[EXERCISE]
From the line with "v37 (-126.929372,19.384462,0)" to the line with "e51 v38 v18 LINE", retype every line exactly, including those two, and leave out the rest of the data below.

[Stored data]

++++++++

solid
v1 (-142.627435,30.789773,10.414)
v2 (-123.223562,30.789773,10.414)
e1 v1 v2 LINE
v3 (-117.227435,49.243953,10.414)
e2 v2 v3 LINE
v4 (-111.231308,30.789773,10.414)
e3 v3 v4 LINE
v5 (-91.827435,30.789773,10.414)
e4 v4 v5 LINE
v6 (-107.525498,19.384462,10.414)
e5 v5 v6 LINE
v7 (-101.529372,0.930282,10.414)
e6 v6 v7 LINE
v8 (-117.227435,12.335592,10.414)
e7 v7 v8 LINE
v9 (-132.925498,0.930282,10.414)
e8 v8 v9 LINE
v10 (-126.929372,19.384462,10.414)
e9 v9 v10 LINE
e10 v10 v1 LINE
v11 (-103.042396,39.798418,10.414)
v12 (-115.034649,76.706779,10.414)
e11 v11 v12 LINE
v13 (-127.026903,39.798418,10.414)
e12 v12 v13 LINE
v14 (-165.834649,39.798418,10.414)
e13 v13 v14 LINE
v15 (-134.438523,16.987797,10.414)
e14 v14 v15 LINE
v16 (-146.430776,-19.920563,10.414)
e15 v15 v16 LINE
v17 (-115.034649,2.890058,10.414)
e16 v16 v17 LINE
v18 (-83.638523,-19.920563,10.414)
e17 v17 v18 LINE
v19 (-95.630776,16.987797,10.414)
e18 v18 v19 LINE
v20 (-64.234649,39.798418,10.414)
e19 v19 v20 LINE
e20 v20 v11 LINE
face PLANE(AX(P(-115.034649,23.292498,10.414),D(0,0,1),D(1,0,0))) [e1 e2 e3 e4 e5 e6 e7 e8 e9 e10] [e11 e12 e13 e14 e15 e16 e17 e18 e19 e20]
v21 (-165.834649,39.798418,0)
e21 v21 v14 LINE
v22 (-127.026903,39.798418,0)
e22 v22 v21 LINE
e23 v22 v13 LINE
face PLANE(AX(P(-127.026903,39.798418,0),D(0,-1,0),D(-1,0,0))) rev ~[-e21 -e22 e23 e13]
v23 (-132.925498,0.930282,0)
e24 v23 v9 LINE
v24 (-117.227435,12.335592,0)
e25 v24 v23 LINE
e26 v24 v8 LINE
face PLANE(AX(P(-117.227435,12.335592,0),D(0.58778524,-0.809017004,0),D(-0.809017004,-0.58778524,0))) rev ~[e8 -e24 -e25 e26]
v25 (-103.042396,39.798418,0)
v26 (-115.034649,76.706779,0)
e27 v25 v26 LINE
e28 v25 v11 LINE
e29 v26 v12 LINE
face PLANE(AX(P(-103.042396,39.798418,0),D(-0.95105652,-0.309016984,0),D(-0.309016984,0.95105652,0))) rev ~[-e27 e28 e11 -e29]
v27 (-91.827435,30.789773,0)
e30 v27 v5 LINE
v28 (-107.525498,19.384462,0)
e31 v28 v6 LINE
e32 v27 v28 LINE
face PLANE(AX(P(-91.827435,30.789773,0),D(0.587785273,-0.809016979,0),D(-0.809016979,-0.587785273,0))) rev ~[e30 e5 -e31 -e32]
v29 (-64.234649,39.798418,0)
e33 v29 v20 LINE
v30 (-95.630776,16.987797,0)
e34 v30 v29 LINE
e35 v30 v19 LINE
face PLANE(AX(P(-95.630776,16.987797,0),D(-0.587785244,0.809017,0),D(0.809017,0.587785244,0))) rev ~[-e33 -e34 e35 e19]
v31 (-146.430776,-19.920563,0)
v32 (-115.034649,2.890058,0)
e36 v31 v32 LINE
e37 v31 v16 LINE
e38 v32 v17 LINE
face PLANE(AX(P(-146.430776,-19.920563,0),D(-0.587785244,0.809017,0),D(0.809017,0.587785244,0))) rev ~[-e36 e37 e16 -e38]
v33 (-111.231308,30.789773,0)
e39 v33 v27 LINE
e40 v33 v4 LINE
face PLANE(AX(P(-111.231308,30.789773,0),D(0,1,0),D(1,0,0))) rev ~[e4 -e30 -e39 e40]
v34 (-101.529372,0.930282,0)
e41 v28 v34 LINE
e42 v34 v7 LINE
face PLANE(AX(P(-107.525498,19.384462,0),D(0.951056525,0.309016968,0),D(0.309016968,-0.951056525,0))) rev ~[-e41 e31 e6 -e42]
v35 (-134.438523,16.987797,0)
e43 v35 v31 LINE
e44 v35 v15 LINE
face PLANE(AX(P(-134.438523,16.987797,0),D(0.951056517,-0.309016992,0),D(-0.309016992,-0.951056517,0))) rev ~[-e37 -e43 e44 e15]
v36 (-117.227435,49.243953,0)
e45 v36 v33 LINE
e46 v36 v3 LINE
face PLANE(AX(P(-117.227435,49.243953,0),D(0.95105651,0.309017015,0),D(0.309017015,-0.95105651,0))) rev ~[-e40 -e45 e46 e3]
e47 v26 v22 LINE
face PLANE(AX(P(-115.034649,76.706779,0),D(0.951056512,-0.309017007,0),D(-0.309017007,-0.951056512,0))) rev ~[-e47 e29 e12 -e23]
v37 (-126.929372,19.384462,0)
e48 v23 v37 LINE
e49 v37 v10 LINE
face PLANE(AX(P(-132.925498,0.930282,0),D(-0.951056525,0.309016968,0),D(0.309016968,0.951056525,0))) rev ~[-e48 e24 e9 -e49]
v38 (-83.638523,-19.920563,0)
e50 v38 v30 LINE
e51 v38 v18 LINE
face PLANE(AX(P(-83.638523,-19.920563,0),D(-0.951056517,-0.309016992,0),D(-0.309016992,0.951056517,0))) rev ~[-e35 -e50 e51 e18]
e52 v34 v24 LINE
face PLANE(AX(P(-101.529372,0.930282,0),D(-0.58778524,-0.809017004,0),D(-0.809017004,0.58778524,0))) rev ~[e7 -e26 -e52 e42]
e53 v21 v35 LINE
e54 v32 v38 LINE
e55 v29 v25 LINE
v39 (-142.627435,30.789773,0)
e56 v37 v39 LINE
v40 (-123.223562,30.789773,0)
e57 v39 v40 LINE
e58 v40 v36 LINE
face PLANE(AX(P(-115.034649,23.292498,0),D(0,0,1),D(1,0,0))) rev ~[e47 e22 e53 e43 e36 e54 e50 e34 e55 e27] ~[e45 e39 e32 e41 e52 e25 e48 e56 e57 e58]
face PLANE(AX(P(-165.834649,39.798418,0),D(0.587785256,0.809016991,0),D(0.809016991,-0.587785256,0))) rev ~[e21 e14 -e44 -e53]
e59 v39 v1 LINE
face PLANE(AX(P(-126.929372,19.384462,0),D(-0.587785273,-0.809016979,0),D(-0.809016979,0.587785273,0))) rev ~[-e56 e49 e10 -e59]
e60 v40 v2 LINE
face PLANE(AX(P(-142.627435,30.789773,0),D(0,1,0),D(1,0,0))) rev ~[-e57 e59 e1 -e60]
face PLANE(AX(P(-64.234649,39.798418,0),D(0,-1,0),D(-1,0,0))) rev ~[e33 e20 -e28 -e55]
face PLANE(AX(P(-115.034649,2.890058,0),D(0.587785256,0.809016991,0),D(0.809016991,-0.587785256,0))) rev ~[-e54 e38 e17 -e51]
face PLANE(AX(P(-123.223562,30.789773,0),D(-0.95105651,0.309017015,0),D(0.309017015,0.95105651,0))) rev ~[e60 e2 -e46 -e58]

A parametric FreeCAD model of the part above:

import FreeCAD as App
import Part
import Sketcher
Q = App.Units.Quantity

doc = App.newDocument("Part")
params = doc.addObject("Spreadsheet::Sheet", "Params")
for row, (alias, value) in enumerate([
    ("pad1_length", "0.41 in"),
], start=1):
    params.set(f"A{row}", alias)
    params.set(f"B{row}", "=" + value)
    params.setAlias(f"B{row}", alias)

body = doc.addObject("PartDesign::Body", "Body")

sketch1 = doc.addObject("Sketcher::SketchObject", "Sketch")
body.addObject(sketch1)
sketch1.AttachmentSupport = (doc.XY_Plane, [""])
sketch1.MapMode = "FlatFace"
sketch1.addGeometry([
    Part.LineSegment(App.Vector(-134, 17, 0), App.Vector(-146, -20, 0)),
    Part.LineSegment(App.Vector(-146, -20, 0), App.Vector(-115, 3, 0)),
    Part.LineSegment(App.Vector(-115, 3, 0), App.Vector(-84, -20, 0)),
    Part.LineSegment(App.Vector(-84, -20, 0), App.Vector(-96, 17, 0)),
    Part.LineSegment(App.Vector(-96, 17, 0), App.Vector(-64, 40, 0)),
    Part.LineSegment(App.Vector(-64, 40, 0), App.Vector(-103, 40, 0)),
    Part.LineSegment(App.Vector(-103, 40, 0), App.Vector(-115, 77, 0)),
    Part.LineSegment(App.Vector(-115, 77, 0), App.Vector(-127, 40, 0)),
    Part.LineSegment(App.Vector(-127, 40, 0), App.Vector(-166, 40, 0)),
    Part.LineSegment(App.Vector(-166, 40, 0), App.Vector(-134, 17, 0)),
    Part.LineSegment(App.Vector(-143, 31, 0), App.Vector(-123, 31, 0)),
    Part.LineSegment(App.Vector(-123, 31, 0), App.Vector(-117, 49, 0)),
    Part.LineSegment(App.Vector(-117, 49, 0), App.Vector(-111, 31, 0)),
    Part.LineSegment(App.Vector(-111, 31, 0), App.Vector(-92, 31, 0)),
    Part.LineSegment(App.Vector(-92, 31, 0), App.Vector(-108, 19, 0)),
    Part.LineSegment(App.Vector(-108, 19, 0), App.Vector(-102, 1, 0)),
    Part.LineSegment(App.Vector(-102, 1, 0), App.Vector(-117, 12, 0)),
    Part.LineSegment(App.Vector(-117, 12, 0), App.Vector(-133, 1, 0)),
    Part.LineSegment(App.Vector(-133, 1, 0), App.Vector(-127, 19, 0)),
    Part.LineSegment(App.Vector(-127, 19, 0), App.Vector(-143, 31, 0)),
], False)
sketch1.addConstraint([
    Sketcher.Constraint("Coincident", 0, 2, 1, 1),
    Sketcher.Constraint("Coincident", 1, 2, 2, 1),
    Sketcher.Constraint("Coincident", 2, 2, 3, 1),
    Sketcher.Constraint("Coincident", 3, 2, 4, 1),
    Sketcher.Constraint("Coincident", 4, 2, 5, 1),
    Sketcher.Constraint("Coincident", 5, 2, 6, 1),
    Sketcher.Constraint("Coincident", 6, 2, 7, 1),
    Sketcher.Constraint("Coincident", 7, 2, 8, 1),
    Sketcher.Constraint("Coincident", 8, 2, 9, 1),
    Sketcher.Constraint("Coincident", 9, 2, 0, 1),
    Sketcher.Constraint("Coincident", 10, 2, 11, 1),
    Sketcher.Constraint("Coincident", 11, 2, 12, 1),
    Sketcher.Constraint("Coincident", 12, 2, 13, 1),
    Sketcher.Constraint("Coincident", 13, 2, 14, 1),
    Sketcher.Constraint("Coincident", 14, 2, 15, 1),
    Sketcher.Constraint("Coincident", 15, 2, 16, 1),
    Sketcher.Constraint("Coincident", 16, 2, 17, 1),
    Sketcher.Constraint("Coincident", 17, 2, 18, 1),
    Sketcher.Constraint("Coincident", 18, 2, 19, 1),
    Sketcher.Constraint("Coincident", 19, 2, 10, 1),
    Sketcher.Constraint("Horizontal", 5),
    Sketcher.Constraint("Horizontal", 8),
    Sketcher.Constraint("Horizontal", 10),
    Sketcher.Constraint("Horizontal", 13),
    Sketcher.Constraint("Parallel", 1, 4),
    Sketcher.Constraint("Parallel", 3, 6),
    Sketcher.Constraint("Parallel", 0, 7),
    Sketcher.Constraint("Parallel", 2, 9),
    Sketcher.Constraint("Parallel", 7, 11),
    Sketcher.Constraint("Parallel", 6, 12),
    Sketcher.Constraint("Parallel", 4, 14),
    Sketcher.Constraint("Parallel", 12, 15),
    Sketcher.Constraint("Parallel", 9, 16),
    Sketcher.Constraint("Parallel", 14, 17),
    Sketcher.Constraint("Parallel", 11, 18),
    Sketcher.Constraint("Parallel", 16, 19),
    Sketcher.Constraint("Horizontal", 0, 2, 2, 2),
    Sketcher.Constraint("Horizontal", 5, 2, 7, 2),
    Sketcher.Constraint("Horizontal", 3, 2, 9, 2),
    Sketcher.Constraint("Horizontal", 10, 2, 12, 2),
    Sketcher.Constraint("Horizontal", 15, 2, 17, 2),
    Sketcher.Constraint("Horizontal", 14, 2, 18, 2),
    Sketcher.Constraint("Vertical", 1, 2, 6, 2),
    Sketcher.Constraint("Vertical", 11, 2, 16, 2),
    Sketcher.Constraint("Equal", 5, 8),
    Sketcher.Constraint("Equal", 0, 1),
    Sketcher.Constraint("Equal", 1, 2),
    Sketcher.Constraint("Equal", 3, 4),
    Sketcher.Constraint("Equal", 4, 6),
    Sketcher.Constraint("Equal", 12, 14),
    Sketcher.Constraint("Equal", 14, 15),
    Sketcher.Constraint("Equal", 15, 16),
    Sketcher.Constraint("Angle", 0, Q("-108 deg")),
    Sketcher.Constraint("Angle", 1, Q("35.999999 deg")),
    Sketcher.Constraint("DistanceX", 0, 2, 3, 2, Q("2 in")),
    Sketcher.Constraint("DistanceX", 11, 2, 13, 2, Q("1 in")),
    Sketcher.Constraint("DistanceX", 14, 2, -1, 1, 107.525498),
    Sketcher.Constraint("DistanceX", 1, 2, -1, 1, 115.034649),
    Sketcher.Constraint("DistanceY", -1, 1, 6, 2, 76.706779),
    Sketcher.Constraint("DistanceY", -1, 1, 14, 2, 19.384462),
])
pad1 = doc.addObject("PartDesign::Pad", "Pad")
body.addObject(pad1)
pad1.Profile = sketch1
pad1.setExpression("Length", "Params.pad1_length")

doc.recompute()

++++++++

[WRITTEN SOLUTION]
v37 (-126.929372,19.384462,0)
e48 v23 v37 LINE
e49 v37 v10 LINE
face PLANE(AX(P(-132.925498,0.930282,0),D(-0.951056525,0.309016968,0),D(0.309016968,0.951056525,0))) rev ~[-e48 e24 e9 -e49]
v38 (-83.638523,-19.920563,0)
e50 v38 v30 LINE
e51 v38 v18 LINE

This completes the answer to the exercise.